Tuesday, 18 July 2017

Neither Necessary Nor Inevitable

Jamie Hall writes:

Noel Conway’s challenge to the 1961 Suicide Act goes before the high court this week. 

His argument is that the UK’s ban on assisted suicide breaches the right to a private life under the Human Rights Act – and his aim is to have it legalised for terminally ill people who have less than six months to live. 

As someone who relies extensively on social and medical care, I have great empathy for his fear of losing dignity, and the desire to avoid suffering or a drawn-out death.

However, legalising assisted suicide is a dangerous way of achieving those goals.

Conway’s fears are not groundless.

When social care visits are rushed, being left wearing a filthy incontinence pad feels undignified; and when palliative care is cut, death can result from dehydration on a hospital ward. 

But this is neither necessary nor inevitable. 

The resources and experience exist to give everyone the care they need to have a dignified, self-directed life, and a painless, smooth death – and we should be campaigning to expand access to those resources, not to replace them with a lethal cocktail. 

When legislating to allow assisted suicide, it is impossible to implement effective safeguards that limit it to people at the end of their lives who are not experiencing mental illness or undue pressure. 
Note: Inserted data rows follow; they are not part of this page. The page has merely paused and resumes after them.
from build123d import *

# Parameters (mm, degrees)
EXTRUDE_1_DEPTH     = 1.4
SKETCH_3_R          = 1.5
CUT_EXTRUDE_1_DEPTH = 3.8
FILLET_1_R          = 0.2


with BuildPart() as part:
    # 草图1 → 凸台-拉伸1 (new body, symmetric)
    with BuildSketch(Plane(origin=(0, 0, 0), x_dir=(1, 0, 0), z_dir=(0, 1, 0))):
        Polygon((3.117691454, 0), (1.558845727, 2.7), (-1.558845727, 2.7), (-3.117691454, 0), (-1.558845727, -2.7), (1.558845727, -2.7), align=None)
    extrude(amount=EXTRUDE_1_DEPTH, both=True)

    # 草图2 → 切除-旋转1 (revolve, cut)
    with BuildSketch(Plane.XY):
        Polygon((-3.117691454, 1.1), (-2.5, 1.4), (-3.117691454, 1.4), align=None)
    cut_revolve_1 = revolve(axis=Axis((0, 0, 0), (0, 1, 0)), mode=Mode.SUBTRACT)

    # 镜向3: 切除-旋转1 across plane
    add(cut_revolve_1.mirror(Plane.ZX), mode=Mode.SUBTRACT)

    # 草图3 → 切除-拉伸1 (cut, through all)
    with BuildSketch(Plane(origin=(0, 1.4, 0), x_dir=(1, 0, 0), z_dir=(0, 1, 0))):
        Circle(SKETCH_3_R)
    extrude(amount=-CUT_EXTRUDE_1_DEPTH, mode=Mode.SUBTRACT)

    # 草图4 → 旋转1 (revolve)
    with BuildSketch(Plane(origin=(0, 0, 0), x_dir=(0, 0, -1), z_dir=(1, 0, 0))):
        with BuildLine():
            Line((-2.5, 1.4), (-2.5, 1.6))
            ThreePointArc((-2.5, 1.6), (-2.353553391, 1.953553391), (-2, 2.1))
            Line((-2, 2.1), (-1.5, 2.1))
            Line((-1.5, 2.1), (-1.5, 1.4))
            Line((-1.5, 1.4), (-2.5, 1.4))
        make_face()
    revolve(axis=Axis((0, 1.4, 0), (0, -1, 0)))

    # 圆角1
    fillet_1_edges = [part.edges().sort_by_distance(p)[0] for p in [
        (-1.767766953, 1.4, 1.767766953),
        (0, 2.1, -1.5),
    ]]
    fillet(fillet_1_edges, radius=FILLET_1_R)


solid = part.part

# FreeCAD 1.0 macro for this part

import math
import FreeCAD as App
import Part
import Sketcher

V = App.Vector
Q = App.Units.Quantity


def edges_at(feature, points):
    """Names of the edges that pass closest to the given points."""
    edges = feature.Shape.Edges
    near = lambda p: min(range(len(edges)), key=lambda i: edges[i].distToShape(Part.Vertex(*p))[0])
    return sorted({f"Edge{near(p) + 1}" for p in points})


def add_polygon(sketch, points):
    """Adds a closed chain of lines whose ends are joined by coincident constraints."""
    first, n = sketch.GeometryCount, len(points)
    for a, b in zip(points, points[1:] + points[:1]):
        sketch.addGeometry(Part.LineSegment(App.Vector(*a, 0), App.Vector(*b, 0)), False)
    for i in range(n):
        sketch.addConstraint(Sketcher.Constraint("Coincident", first + i, 2, first + (i + 1) % n, 1))

doc = App.newDocument("Part")
body = doc.addObject("PartDesign::Body", "Body")

sketch1 = doc.addObject("Sketcher::SketchObject", "Sketch")
body.addObject(sketch1)
sketch1.AttachmentSupport = (doc.XZ_Plane, [""])
sketch1.MapMode = "FlatFace"
add_polygon(sketch1, [(3.1, 0), (1.6, -2.7), (-1.6, -2.7), (-3.1, 0), (-1.6, 2.7), (1.6, 2.7)])
sketch1.addConstraint(Sketcher.Constraint("Horizontal", 1))
sketch1.addConstraint(Sketcher.Constraint("Horizontal", 4))
sketch1.addConstraint(Sketcher.Constraint("Symmetric", 0, 2, 3, 2, -1, 1))
sketch1.addConstraint(Sketcher.Constraint("Symmetric", 2, 2, 5, 2, -1, 1))
sketch1.addConstraint(Sketcher.Constraint("PointOnObject", 2, 2, -1))
sketch1.addConstraint(Sketcher.Constraint("Parallel", 2, 5))
sketch1.addConstraint(Sketcher.Constraint("Vertical", 1, 2, 3, 2))
sketch1.addConstraint(Sketcher.Constraint("Angle", 0, Q("-120 deg")))
sketch1.addConstraint(Sketcher.Constraint("DistanceY", 0, 2, -1, 1, Q("2.7 mm")))
sketch1.addConstraint(Sketcher.Constraint("DistanceX", 1, 2, 1, 1, Q("3.117691 mm")))
pad1 = doc.addObject("PartDesign::Pad", "Pad")
body.addObject(pad1)
pad1.Profile = sketch1
pad1.Length = 2.8
pad1.Midplane = True

sketch2 = doc.addObject("Sketcher::SketchObject", "Sketch001")
body.addObject(sketch2)
sketch2.AttachmentSupport = (doc.XY_Plane, [""])
sketch2.MapMode = "FlatFace"
add_polygon(sketch2, [(-3.12, 1.1), (-2.5, 1.4), (-3.12, 1.4)])
sketch2.addConstraint(Sketcher.Constraint("Horizontal", 1))
sketch2.addConstraint(Sketcher.Constraint("Vertical", 2))
sketch2.addConstraint(Sketcher.Constraint("DistanceY", 2, 2, 2, 1, Q("0.3 mm")))
sketch2.addConstraint(Sketcher.Constraint("DistanceX", 0, 2, -1, 1, Q("2.5 mm")))
sketch2.addConstraint(Sketcher.Constraint("DistanceY", -1, 1, 0, 2, Q("1.4 mm")))
sketch2.addConstraint(Sketcher.Constraint("DistanceX", 1, 2, 1, 1, Q("0.617691 mm")))
groove = doc.addObject("PartDesign::Groove", "Groove")
body.addObject(groove)
groove.Profile = sketch2
groove.ReferenceAxis = (sketch2, ["V_Axis"])
groove.Angle = 360
doc.recompute()

mirrored = doc.addObject("PartDesign::Mirrored", "Mirrored")
body.addObject(mirrored)
mirrored.Originals = [groove]
mirrored.MirrorPlane = (doc.XZ_Plane, [""])
body.Tip = mirrored

sketch3 = doc.addObject("Sketcher::SketchObject", "Sketch002")
body.addObject(sketch3)
sketch3.AttachmentSupport = (doc.XZ_Plane, [""])
sketch3.MapMode = "FlatFace"
sketch3.AttachmentOffset = App.Placement(V(0, 0, -1.4), App.Rotation())
sketch3.addGeometry(Part.Circle(V(0, 0, 0), V(0, 0, 1), 1.5), False)
sketch3.addConstraint(Sketcher.Constraint("Coincident", 0, 3, -1, 1))
sketch3.addConstraint(Sketcher.Constraint("Diameter", 0, Q("3 mm")))
pocket1 = doc.addObject("PartDesign::Pocket", "Pocket")
body.addObject(pocket1)
pocket1.Profile = sketch3
pocket1.Type = "ThroughAll"
pocket1.Reversed = True

sketch4 = doc.addObject("Sketcher::SketchObject", "Sketch003")
body.addObject(sketch4)
sketch4.AttachmentSupport = (doc.YZ_Plane, [""])
sketch4.MapMode = "FlatFace"
sketch4.addGeometry(Part.LineSegment(V(1.6, 2.5, 0), V(1.4, 2.5, 0)), False)
sketch4.addGeometry(Part.LineSegment(V(1.4, 2.5, 0), V(1.4, 1.5, 0)), False)
sketch4.addGeometry(Part.LineSegment(V(1.4, 1.5, 0), V(2.1, 1.5, 0)), False)
sketch4.addGeometry(Part.LineSegment(V(2.1, 1.5, 0), V(2.1, 2, 0)), False)
sketch4.addGeometry(Part.ArcOfCircle(Part.Circle(V(1.6, 2, 0), V(0, 0, 1), 0.5), math.radians(0), math.radians(90)), False)
sketch4.addConstraint(Sketcher.Constraint("Coincident", 0, 2, 1, 1))
sketch4.addConstraint(Sketcher.Constraint("Coincident", 1, 2, 2, 1))
sketch4.addConstraint(Sketcher.Constraint("Coincident", 2, 2, 3, 1))
sketch4.addConstraint(Sketcher.Constraint("Tangent", 3, 2, 4, 1))
sketch4.addConstraint(Sketcher.Constraint("Tangent", 4, 2, 0, 1))
sketch4.addConstraint(Sketcher.Constraint("Horizontal", 0))
sketch4.addConstraint(Sketcher.Constraint("Vertical", 1))
sketch4.addConstraint(Sketcher.Constraint("Horizontal", 2))
sketch4.addConstraint(Sketcher.Constraint("Vertical", 3))
sketch4.addConstraint(Sketcher.Constraint("Radius", 4, Q("0.5 mm")))
sketch4.addConstraint(Sketcher.Constraint("DistanceY", 1, 2, 1, 1, Q("1 mm")))
sketch4.addConstraint(Sketcher.Constraint("DistanceX", 0, 2, 0, 1, Q("0.2 mm")))
sketch4.addConstraint(Sketcher.Constraint("DistanceY", -1, 1, 4, 3, Q("2 mm")))
sketch4.addConstraint(Sketcher.Constraint("DistanceX", -1, 1, 4, 3, Q("1.6 mm")))
revolution = doc.addObject("PartDesign::Revolution", "Revolution")
body.addObject(revolution)
revolution.Profile = sketch4
revolution.ReferenceAxis = (sketch4, ["H_Axis"])
revolution.Angle = 360
doc.recompute()

fillet = doc.addObject("PartDesign::Fillet", "Fillet")
body.addObject(fillet)
fillet.Base = (revolution, edges_at(revolution, [(-1.768, 1.4, 1.768), (0, 2.1, -1.5)]))
fillet.Radius = 0.2

doc.recompute()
Feeling like a burden is one of the greatest risk factors for suicide: disabled and terminally ill people like me are constantly told that we are a financial, emotional and practical burden on society, with the strong implication that we would be better off not being a burden. 

Moreover, the medical profession is notoriously bad at predicting how long people have to live, and there is no way of being certain that someone accessing assisted suicide isn’t suffering from depression or experiencing external pressure. 
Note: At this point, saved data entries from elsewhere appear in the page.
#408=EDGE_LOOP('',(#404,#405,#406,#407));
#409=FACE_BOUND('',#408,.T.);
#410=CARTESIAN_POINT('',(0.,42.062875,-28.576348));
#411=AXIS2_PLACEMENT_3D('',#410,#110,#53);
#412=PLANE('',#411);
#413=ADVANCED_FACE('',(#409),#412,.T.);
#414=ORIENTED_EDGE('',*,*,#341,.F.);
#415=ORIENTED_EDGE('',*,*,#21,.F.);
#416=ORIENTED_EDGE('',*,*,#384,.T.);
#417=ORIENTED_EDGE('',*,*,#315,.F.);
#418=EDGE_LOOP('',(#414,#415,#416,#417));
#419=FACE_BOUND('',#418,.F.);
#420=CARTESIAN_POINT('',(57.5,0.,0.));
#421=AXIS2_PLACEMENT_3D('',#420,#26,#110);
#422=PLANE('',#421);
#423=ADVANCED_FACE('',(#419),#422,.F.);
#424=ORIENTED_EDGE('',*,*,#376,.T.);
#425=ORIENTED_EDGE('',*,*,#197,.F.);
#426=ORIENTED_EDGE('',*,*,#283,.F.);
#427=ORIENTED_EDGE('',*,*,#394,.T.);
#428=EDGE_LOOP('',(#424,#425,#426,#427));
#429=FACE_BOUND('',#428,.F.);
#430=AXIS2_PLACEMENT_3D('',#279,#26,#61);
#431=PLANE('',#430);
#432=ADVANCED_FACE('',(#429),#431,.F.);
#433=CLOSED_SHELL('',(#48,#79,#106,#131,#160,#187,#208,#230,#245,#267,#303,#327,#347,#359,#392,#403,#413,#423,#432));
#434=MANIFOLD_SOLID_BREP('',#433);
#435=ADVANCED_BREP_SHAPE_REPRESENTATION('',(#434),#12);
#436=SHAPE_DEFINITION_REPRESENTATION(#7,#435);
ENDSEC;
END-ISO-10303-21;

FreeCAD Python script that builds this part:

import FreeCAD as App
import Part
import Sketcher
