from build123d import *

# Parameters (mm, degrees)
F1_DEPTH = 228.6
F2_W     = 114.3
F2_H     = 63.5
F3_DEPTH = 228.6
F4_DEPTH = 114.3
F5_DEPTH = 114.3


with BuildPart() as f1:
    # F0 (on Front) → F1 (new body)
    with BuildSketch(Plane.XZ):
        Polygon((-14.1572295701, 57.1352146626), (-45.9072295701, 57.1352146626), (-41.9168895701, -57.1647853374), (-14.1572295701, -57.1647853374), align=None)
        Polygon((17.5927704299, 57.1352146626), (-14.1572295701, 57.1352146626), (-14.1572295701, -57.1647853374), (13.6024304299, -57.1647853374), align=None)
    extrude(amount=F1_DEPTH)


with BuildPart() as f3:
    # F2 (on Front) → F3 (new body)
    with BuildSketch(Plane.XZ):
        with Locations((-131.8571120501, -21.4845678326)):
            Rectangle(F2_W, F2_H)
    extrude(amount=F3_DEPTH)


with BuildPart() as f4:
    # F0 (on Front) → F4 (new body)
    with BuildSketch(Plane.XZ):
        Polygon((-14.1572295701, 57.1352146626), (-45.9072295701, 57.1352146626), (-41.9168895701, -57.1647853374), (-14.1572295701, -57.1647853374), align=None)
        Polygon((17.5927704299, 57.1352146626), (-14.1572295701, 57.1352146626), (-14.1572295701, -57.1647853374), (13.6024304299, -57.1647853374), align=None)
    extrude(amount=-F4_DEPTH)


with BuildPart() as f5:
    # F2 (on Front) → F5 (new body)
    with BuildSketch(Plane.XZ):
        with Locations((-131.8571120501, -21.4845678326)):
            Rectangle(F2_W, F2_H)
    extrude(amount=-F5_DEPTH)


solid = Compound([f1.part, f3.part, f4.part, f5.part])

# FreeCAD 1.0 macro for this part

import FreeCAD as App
import Part
import Sketcher
Q = App.Units.Quantity


def add_polygon(sketch, points):
    """Adds a closed chain of lines whose ends are joined by coincident constraints."""
    first, n = sketch.GeometryCount, len(points)
    for a, b in zip(points, points[1:] + points[:1]):
        sketch.addGeometry(Part.LineSegment(App.Vector(*a, 0), App.Vector(*b, 0)), False)
    for i in range(n):
        sketch.addConstraint(Sketcher.Constraint("Coincident", first + i, 2, first + (i + 1) % n, 1))

doc = App.newDocument("Part")
body = doc.addObject("PartDesign::Body", "Body")

# Sketch on XZ plane
sketch1 = doc.addObject("Sketcher::SketchObject", "Sketch")
body.addObject(sketch1)
sketch1.AttachmentSupport = (doc.XZ_Plane, [""])
sketch1.MapMode = "FlatFace"
add_polygon(sketch1, [(-45.90723, 57.135215), (-41.91689, -57.164785), (13.60243, -57.164785), (17.59277, 57.135215)])  # lines 0-3
sketch1.addConstraint([
    Sketcher.Constraint("Horizontal", 1),
    Sketcher.Constraint("Horizontal", 3),
    Sketcher.Constraint("Equal", 0, 2),
    Sketcher.Constraint("DistanceX", 3, 2, 3, 1, Q("2.5 in")),
    Sketcher.Constraint("DistanceY", 1, 2, 2, 2, Q("4.5 in")),
    Sketcher.Constraint("DistanceX", 1, 1, 1, 2, Q("2.1858 in")),
    Sketcher.Constraint("DistanceX", 0, 2, -1, 1, Q("41.91689 mm")),
    Sketcher.Constraint("DistanceY", 0, 2, -1, 1, Q("57.164785 mm")),
])
pad1 = doc.addObject("PartDesign::Pad", "Pad")
body.addObject(pad1)
pad1.Profile = sketch1
pad1.Length = Q("9 in")
body2 = doc.addObject("PartDesign::Body", "Body001")

# Sketch on XZ plane
sketch2 = doc.addObject("Sketcher::SketchObject", "Sketch001")
body2.addObject(sketch2)
sketch2.AttachmentSupport = (doc.getObject("XZ_Plane001"), [""])
sketch2.MapMode = "FlatFace"
add_polygon(sketch2, [(-189.007112, 10.265432), (-189.007112, -53.234568), (-74.707112, -53.234568), (-74.707112, 10.265432)])  # lines 0-3
sketch2.addConstraint([
    Sketcher.Constraint("Vertical", 0),
    Sketcher.Constraint("Horizontal", 1),
    Sketcher.Constraint("Vertical", 2),
    Sketcher.Constraint("Horizontal", 3),
    Sketcher.Constraint("DistanceX", 1, 1, 1, 2, Q("4.5 in")),
    Sketcher.Constraint("DistanceY", 0, 2, 0, 1, Q("2.5 in")),
    Sketcher.Constraint("DistanceX", 0, 2, -1, 1, Q("189.007112 mm")),
    Sketcher.Constraint("DistanceY", 0, 2, -1, 1, Q("53.234568 mm")),
])
pad2 = doc.addObject("PartDesign::Pad", "Pad001")
body2.addObject(pad2)
pad2.Profile = sketch2
pad2.Length = Q("9 in")
body3 = doc.addObject("PartDesign::Body", "Body002")

# Sketch on XZ plane
sketch3 = doc.addObject("Sketcher::SketchObject", "Sketch002")
body3.addObject(sketch3)
sketch3.AttachmentSupport = (doc.getObject("XZ_Plane002"), [""])
sketch3.MapMode = "FlatFace"
add_polygon(sketch3, [(-45.90723, 57.135215), (-41.91689, -57.164785), (13.60243, -57.164785), (17.59277, 57.135215)])  # lines 0-3
sketch3.addConstraint([
    Sketcher.Constraint("Horizontal", 1),
    Sketcher.Constraint("Horizontal", 3),
    Sketcher.Constraint("Equal", 0, 2),
    Sketcher.Constraint("DistanceX", 3, 2, 3, 1, Q("2.5 in")),
    Sketcher.Constraint("DistanceY", 1, 2, 2, 2, Q("4.5 in")),
    Sketcher.Constraint("DistanceX", 1, 1, 1, 2, Q("2.1858 in")),
    Sketcher.Constraint("DistanceX", 0, 2, -1, 1, Q("41.91689 mm")),
    Sketcher.Constraint("DistanceY", 0, 2, -1, 1, Q("57.164785 mm")),
])
pad3 = doc.addObject("PartDesign::Pad", "Pad002")
body3.addObject(pad3)
pad3.Profile = sketch3
pad3.Length = Q("4.5 in")
pad3.Reversed = True
body4 = doc.addObject("PartDesign::Body", "Body003")

# Sketch on XZ plane
sketch4 = doc.addObject("Sketcher::SketchObject", "Sketch003")
body4.addObject(sketch4)
sketch4.AttachmentSupport = (doc.getObject("XZ_Plane003"), [""])
sketch4.MapMode = "FlatFace"
add_polygon(sketch4, [(-189.007112, 10.265432), (-189.007112, -53.234568), (-74.707112, -53.234568), (-74.707112, 10.265432)])  # lines 0-3
sketch4.addConstraint([
    Sketcher.Constraint("Vertical", 0),
    Sketcher.Constraint("Horizontal", 1),
    Sketcher.Constraint("Vertical", 2),
    Sketcher.Constraint("Horizontal", 3),
    Sketcher.Constraint("DistanceX", 1, 1, 1, 2, Q("4.5 in")),
    Sketcher.Constraint("DistanceY", 0, 2, 0, 1, Q("2.5 in")),
    Sketcher.Constraint("DistanceX", 0, 2, -1, 1, Q("189.007112 mm")),
    Sketcher.Constraint("DistanceY", 0, 2, -1, 1, Q("53.234568 mm")),
])
pad4 = doc.addObject("PartDesign::Pad", "Pad003")
body4.addObject(pad4)
pad4.Profile = sketch4
pad4.Length = Q("4.5 in")
pad4.Reversed = True

doc.recompute()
Assisted suicide would turn these predictions and judgments into a matter of life and death – and even one unnecessarily early death resulting from a change in the law would be one too many. 


Once assisted suicide is legalised, campaign groups argue, it will be difficult to justify offering it only to those with less than six months to live. 

What about those with less than a year to live, or those experiencing “incurable suffering”? 

In Belgium, the Netherlands, and Luxembourg (among others), assisted suicide has been legalised for people suffering from mental illness alone, and safeguards have been repeatedly ignored

An emphasis on ending lives is replacing an emphasis on suicide prevention – and the difficult but worthwhile process of recovery. 

The majority of groups in favour of assisted suicide are coordinated by people who are not disabled or terminally ill, and either fear an undignified death or have witnessed a loved one dying without good palliative care

Meanwhile, neither groups run by and for disabled and terminally ill people nor the British Medical Association support assisted suicide, which would fundamentally destroy our trust in doctors to support us in making decisions that maximise our health and quality of life. 

If medical, social and palliative care are treated as an expensive luxury for disabled and terminally ill people compared with the lower cost of assisted suicide, this will inherently devalue our lives, and affect the care offered to all of us. 

Remaining alive will become a selfish decision that burdens our families, risks their inheritances, and has a huge financial cost to society. 

Disabled and terminally ill people are being told that, while other lives can improve and other people should be deterred from killing themselves, our lives are so bad we should actually be offered assisted suicide, and it would be best for other people if we accepted it.

In a world where disabled people received truly equal treatment, assisted suicide wouldn’t be an option.

Instead, we would find people who had professional, well-paid assistance that allowed them to live independently, work where possible, and have access to the best treatments for their conditions.

Assisted suicide might be cheaper and easier, but the necessary social and medical care to experience a dignified decline and a painless, comfortable death would be infinitely more valuable than the unnecessary shortening of people’s lives.